3.The Plaintiffs opposed the instant Application by filing a Replying Affidavit sworn by Serah Muthio Mbondo where she deposes that the Application has been brought very late in the day, in bad faith and can only be construed as intending on denying the Plaintiffs the fruit of the Judgment. She explains that the proceedings herein commenced in 2014 and the Defendant duly entered appearance having appointed a firm to represent it and filed documents. She explains that in the course of the proceedings herein, the Defendant failed to instruct its Advocates properly culminating in the said Advocates filing an Application to cease acting dated the 18th March, 2019 which was allowed on 18th June, 2019. Further, a hearing date was scheduled on 13th November, 2019 and her Advocates were directed to serve the Defendant, which they did, vide a Hearing Notice dated the 1st August, 2019 that was duly received by the Defendant on the said date. She insists that the Defendant is hence guilty of indolence as no explanation has been advanced as to why it failed to instruct any advocate to represent it. She argues that in delivering the Judgment, the Court had the benefit of the Statement of Defence as well as the Defendant’s List and Bundle of Documents dated the 28th May, 2018. She avers that in proceeding with the instant suit, they have incurred substantial expenses. She contends that the Defendant has not provided any proof to confirm it sought an update on the proceedings herein and hence cannot blame its advocate for its indolence. She insists that the instant Application in its entirety is improper having been prepared by an Advocate who has no audience in the proceedings herein. Further, that the court is functus officio in this matter as it already rendered a Judgment. She reiterates that the Defendant cannot purport to want to set aside the Judgment dated the 18th September, 2020 simply because it refused to participate in the proceedings.

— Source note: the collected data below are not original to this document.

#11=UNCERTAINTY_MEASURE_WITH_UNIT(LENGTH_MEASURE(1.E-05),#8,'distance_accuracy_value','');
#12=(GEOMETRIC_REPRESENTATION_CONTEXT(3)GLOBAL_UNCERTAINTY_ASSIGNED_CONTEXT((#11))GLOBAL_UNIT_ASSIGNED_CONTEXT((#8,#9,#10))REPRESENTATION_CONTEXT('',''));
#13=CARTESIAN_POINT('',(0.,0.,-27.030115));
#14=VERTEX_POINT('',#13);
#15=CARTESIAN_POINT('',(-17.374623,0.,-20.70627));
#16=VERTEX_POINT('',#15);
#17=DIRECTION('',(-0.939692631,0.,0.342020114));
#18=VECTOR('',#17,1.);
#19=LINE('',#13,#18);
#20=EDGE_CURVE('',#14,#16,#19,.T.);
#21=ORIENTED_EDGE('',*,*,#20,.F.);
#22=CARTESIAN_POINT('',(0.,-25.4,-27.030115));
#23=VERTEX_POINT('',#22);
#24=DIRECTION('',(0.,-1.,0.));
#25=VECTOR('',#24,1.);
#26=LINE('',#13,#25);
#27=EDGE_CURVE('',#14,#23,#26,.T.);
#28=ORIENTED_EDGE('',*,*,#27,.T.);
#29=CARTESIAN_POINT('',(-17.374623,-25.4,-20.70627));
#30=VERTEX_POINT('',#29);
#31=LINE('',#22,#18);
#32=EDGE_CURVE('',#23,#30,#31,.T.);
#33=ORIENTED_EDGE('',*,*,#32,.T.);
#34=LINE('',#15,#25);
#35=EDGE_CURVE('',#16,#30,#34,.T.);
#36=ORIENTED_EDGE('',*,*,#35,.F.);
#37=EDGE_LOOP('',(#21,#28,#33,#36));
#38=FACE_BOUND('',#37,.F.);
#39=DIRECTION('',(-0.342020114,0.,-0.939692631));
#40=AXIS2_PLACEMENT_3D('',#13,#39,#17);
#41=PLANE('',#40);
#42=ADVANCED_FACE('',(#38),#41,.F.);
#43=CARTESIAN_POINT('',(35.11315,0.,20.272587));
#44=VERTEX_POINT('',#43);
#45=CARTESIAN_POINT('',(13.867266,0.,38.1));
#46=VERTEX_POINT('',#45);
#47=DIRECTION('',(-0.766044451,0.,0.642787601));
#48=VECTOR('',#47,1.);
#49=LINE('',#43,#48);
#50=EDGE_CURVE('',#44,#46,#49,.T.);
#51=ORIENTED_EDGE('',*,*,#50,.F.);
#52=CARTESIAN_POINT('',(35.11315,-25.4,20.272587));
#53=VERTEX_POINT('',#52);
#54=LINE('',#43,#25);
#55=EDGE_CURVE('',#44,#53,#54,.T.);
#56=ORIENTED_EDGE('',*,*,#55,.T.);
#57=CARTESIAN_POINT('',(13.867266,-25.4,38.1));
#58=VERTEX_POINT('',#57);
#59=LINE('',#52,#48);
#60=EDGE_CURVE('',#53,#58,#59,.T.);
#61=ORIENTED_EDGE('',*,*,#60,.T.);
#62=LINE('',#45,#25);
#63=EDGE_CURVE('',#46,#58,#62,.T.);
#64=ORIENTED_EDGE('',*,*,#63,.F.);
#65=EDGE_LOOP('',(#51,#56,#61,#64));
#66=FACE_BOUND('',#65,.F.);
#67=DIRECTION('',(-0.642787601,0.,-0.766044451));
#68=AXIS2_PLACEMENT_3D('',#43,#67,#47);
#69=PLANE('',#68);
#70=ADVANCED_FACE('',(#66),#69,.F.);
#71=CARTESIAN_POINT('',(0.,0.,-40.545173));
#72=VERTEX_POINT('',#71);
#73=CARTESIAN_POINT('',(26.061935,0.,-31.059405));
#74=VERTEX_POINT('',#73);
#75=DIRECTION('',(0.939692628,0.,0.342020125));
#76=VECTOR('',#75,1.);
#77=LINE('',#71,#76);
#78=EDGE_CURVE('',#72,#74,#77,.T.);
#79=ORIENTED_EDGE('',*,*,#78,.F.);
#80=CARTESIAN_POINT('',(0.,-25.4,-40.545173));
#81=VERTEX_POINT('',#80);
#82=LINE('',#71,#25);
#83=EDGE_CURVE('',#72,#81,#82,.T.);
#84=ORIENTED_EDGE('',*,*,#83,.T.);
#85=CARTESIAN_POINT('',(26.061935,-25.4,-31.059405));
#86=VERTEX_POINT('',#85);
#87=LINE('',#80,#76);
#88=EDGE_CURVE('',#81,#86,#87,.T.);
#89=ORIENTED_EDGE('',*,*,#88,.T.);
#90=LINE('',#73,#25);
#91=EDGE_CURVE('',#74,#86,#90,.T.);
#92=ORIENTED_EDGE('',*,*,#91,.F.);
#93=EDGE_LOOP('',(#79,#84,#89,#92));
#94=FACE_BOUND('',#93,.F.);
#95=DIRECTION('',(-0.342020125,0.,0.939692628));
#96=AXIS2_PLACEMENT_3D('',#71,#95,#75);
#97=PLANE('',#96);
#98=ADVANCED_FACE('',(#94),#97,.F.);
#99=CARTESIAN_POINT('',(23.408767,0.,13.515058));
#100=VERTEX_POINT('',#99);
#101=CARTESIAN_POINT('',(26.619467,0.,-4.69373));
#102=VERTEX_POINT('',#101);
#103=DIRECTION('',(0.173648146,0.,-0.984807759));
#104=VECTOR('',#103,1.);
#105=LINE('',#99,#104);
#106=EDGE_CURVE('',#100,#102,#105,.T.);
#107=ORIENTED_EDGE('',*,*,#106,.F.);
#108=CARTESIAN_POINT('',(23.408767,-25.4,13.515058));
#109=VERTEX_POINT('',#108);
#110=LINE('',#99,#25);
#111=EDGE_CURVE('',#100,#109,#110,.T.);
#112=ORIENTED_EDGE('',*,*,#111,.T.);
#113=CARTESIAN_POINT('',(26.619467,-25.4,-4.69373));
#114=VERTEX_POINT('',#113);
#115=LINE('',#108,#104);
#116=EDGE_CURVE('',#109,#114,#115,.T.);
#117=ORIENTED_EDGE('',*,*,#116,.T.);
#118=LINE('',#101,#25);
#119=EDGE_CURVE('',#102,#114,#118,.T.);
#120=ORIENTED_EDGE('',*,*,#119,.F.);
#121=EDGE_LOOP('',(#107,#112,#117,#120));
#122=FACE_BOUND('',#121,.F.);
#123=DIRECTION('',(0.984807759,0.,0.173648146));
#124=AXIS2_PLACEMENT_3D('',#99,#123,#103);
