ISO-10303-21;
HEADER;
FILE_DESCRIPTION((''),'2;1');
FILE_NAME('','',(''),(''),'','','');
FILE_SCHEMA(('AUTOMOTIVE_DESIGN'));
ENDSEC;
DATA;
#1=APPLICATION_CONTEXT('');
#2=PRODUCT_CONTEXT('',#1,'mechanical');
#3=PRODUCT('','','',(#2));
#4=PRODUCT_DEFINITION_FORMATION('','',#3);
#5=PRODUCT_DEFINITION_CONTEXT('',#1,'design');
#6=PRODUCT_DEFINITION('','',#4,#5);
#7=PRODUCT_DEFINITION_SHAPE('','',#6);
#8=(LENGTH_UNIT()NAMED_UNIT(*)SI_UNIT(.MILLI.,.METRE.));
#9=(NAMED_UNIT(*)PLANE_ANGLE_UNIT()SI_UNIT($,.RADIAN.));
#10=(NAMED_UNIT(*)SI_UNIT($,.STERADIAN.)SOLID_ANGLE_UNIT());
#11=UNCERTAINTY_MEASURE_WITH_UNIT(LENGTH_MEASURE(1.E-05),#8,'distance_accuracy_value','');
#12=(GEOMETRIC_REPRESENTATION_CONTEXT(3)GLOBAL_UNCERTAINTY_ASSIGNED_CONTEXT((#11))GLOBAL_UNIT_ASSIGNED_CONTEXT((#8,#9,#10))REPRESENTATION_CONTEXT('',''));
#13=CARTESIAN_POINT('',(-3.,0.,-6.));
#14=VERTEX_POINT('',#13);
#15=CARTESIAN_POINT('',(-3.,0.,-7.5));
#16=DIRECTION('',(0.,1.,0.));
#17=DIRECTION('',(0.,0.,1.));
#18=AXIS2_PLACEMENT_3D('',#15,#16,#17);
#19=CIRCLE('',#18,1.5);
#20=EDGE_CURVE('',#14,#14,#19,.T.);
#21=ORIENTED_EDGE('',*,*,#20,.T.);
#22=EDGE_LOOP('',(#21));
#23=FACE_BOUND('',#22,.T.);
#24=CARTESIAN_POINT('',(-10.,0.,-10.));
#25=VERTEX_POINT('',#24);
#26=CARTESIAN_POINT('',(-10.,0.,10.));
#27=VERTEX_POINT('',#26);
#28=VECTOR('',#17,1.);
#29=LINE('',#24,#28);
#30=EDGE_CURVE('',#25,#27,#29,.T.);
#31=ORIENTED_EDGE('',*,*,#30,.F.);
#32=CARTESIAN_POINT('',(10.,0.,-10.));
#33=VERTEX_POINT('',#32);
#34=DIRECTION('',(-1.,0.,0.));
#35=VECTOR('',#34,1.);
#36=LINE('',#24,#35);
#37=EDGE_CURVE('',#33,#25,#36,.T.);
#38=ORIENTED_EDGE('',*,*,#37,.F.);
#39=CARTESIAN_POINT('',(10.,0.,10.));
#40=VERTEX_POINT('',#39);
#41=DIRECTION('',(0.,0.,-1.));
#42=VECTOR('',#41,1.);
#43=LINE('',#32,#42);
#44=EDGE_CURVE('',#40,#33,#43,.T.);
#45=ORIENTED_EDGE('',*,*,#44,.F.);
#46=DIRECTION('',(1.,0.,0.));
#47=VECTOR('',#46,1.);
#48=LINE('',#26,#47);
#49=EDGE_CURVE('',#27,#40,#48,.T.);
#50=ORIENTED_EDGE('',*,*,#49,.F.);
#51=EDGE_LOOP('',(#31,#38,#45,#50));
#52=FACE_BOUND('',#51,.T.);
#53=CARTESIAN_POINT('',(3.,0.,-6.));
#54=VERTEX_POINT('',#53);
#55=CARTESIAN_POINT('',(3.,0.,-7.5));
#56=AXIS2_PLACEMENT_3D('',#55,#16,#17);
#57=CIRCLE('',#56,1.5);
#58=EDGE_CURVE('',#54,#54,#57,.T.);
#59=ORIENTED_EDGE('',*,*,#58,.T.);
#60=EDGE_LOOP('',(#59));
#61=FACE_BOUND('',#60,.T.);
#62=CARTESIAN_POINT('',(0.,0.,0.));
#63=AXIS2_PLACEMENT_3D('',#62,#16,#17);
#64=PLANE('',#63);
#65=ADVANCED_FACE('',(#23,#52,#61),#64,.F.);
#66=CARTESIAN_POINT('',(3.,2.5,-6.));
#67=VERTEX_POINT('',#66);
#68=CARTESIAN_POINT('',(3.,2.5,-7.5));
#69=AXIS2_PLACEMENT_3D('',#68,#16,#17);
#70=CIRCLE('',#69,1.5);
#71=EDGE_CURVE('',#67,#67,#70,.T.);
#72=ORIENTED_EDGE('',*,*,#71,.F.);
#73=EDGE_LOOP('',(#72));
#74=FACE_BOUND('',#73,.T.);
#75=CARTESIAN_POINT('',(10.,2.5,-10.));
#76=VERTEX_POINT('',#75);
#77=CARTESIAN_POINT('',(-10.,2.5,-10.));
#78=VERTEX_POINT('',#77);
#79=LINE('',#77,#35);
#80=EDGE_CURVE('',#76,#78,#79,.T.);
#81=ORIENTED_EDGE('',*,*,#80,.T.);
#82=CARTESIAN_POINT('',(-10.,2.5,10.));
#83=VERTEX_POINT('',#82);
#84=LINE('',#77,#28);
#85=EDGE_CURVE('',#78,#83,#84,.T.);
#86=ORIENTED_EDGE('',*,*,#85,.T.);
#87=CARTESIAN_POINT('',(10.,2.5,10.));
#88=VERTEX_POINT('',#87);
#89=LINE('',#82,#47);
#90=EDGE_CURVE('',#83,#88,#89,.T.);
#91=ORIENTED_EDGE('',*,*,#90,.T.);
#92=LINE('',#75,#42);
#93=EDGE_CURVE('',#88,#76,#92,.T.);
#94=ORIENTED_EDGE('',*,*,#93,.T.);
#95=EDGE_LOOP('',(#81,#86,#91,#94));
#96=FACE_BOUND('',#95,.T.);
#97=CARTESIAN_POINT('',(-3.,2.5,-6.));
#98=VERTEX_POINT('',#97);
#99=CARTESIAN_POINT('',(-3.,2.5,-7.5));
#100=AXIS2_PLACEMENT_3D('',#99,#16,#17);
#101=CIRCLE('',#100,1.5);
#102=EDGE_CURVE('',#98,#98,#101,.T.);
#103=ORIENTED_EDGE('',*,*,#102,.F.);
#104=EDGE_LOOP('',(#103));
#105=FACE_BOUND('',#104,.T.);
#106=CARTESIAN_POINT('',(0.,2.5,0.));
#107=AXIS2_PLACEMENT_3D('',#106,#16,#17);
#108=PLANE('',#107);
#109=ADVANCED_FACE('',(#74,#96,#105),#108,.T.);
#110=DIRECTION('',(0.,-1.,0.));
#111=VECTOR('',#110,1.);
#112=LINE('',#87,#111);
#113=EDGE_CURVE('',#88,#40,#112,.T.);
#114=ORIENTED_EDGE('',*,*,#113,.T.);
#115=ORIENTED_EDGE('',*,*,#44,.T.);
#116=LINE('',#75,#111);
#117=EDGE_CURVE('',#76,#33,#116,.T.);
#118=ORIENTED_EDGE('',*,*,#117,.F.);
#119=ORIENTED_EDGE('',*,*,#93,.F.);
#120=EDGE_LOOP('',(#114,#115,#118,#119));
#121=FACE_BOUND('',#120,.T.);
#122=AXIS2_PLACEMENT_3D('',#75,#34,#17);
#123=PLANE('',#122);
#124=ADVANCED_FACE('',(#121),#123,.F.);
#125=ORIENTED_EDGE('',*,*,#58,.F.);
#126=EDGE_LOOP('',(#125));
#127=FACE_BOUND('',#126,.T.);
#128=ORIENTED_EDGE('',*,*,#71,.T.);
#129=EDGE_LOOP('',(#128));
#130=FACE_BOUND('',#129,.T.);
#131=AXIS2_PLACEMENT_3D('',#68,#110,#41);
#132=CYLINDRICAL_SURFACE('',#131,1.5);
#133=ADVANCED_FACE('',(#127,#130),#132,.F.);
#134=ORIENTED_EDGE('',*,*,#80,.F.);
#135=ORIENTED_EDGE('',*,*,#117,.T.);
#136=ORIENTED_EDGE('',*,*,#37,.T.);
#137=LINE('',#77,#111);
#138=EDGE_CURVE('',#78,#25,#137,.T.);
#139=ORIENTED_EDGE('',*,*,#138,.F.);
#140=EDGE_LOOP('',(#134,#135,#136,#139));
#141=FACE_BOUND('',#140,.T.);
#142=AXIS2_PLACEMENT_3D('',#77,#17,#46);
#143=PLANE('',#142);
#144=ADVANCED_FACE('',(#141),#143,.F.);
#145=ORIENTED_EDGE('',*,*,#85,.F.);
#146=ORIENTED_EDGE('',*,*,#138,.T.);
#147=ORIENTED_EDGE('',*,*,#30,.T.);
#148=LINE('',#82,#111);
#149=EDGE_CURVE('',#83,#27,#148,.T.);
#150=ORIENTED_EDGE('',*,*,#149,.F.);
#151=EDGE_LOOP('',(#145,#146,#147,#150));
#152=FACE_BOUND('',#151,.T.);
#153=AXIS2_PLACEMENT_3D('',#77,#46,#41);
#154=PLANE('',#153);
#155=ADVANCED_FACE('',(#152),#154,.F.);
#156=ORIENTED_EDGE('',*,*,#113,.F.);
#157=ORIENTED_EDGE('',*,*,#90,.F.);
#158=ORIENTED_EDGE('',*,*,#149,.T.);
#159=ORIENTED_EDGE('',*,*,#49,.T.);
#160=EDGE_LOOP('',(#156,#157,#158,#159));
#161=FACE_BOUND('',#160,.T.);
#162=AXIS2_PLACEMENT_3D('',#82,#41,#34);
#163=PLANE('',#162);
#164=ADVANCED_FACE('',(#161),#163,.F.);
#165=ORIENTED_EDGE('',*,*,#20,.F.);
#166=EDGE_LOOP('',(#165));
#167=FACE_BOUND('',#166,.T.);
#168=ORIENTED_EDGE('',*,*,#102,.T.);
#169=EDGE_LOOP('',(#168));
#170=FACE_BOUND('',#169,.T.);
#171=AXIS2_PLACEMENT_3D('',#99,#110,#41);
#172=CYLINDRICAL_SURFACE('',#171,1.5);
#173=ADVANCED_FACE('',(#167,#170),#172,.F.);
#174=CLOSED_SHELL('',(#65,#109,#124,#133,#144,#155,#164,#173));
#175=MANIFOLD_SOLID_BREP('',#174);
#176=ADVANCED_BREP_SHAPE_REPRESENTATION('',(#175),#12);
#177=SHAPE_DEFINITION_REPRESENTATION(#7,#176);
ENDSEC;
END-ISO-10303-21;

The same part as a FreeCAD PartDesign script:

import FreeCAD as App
import Part
import Sketcher

V = App.Vector
Q = App.Units.Quantity

doc = App.newDocument("Part")
body = doc.addObject("PartDesign::Body", "Body")

sketch1 = body.newObject("Sketcher::SketchObject", "Sketch")
sketch1.AttachmentSupport = (doc.getObject("XZ_Plane"), [""])
sketch1.MapMode = "FlatFace"
sketch1.addGeometry([
    Part.LineSegment(V(-10, -10, 0), V(-10, 10, 0)),
    Part.LineSegment(V(-10, 10, 0), V(10, 10, 0)),
    Part.LineSegment(V(10, 10, 0), V(10, -10, 0)),
    Part.LineSegment(V(10, -10, 0), V(-10, -10, 0)),
    Part.Circle(V(-3, -7.5, 0), V(0, 0, 1), 1.5),
    Part.Circle(V(3, -7.5, 0), V(0, 0, 1), 1.5),
], False)
sketch1.addConstraint([
    Sketcher.Constraint("Coincident", 0, 2, 1, 1),
    Sketcher.Constraint("Coincident", 1, 2, 2, 1),
    Sketcher.Constraint("Coincident", 2, 2, 3, 1),
    Sketcher.Constraint("Coincident", 3, 2, 0, 1),
    Sketcher.Constraint("Vertical", 0),
    Sketcher.Constraint("Horizontal", 1),
    Sketcher.Constraint("Vertical", 2),
    Sketcher.Constraint("Horizontal", 3),
    Sketcher.Constraint("Equal", 4, 5),
    Sketcher.Constraint("Symmetric", 0, 2, 2, 2, -1, 1),
    Sketcher.Constraint("Symmetric", 4, 3, 5, 3, -2),
    Sketcher.Constraint("Equal", 3, 0),
    Sketcher.Constraint("Diameter", 4, Q("3 mm")),
    Sketcher.Constraint("DistanceX", 1, 1, 1, 2, Q("20 mm")),
    Sketcher.Constraint("DistanceX", 4, 3, -1, 1, Q("3 mm")),
    Sketcher.Constraint("DistanceY", 4, 3, -1, 1, Q("7.5 mm")),
])
pad1 = body.newObject("PartDesign::Pad", "Pad")
pad1.Profile = sketch1
pad1.Length = 2.5
pad1.Reversed = True

doc.recompute()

4.The Interested Party Alice Mwelu Mbondo in opposing the instant Application swore an Affidavit where she deposes that the Defendant was properly represented in the proceedings herein until their Advocates withdrew but the Plaintiffs continued serving it. She insists that the Defendant has all along been served with the Court processes and even after Judgment was entered, they were served with Judgment and Decree but never bothered to settle the decretal amount. She explains that on 5th April, 2023, the High Court in Machakos allowed an Application for a Notice to Show Cause against the Finance Officer and he was ordered by Court in the aforementioned Judicial Review to make payments within thirty (30) days failure of which he would be arrested and committed to Civil Jail. She maintains that the Defendant has been using their land for years and still continues to use it and its staff collect revenue therefrom.
5.The Defendant filed a Supplementary Affidavit sworn by its County Attorney James Kathili where he reiterates the averments as per his Supporting Affidavit and insists that the instant Application has been brought in the earliest opportunity that was available to the Defendant. He avers that the delay in filing the Application to set aside the Judgment was occasioned by the Defendant’s erstwhile counsel on record. Further, that the matter indeed proceeded ex parte but failure to attend court was not deliberate. He denies that the Court relied on its Defence and documents. He reaffirms that there is no prejudice in reopening this case so as to hear it on merit and this Application is not meant to delay justice but to ensure justice is done by preventing payment of over Kshs. 90 million from public coffers. He contends that there is a prayer seeking leave to come on record for the Defendant and this court is not functus officio.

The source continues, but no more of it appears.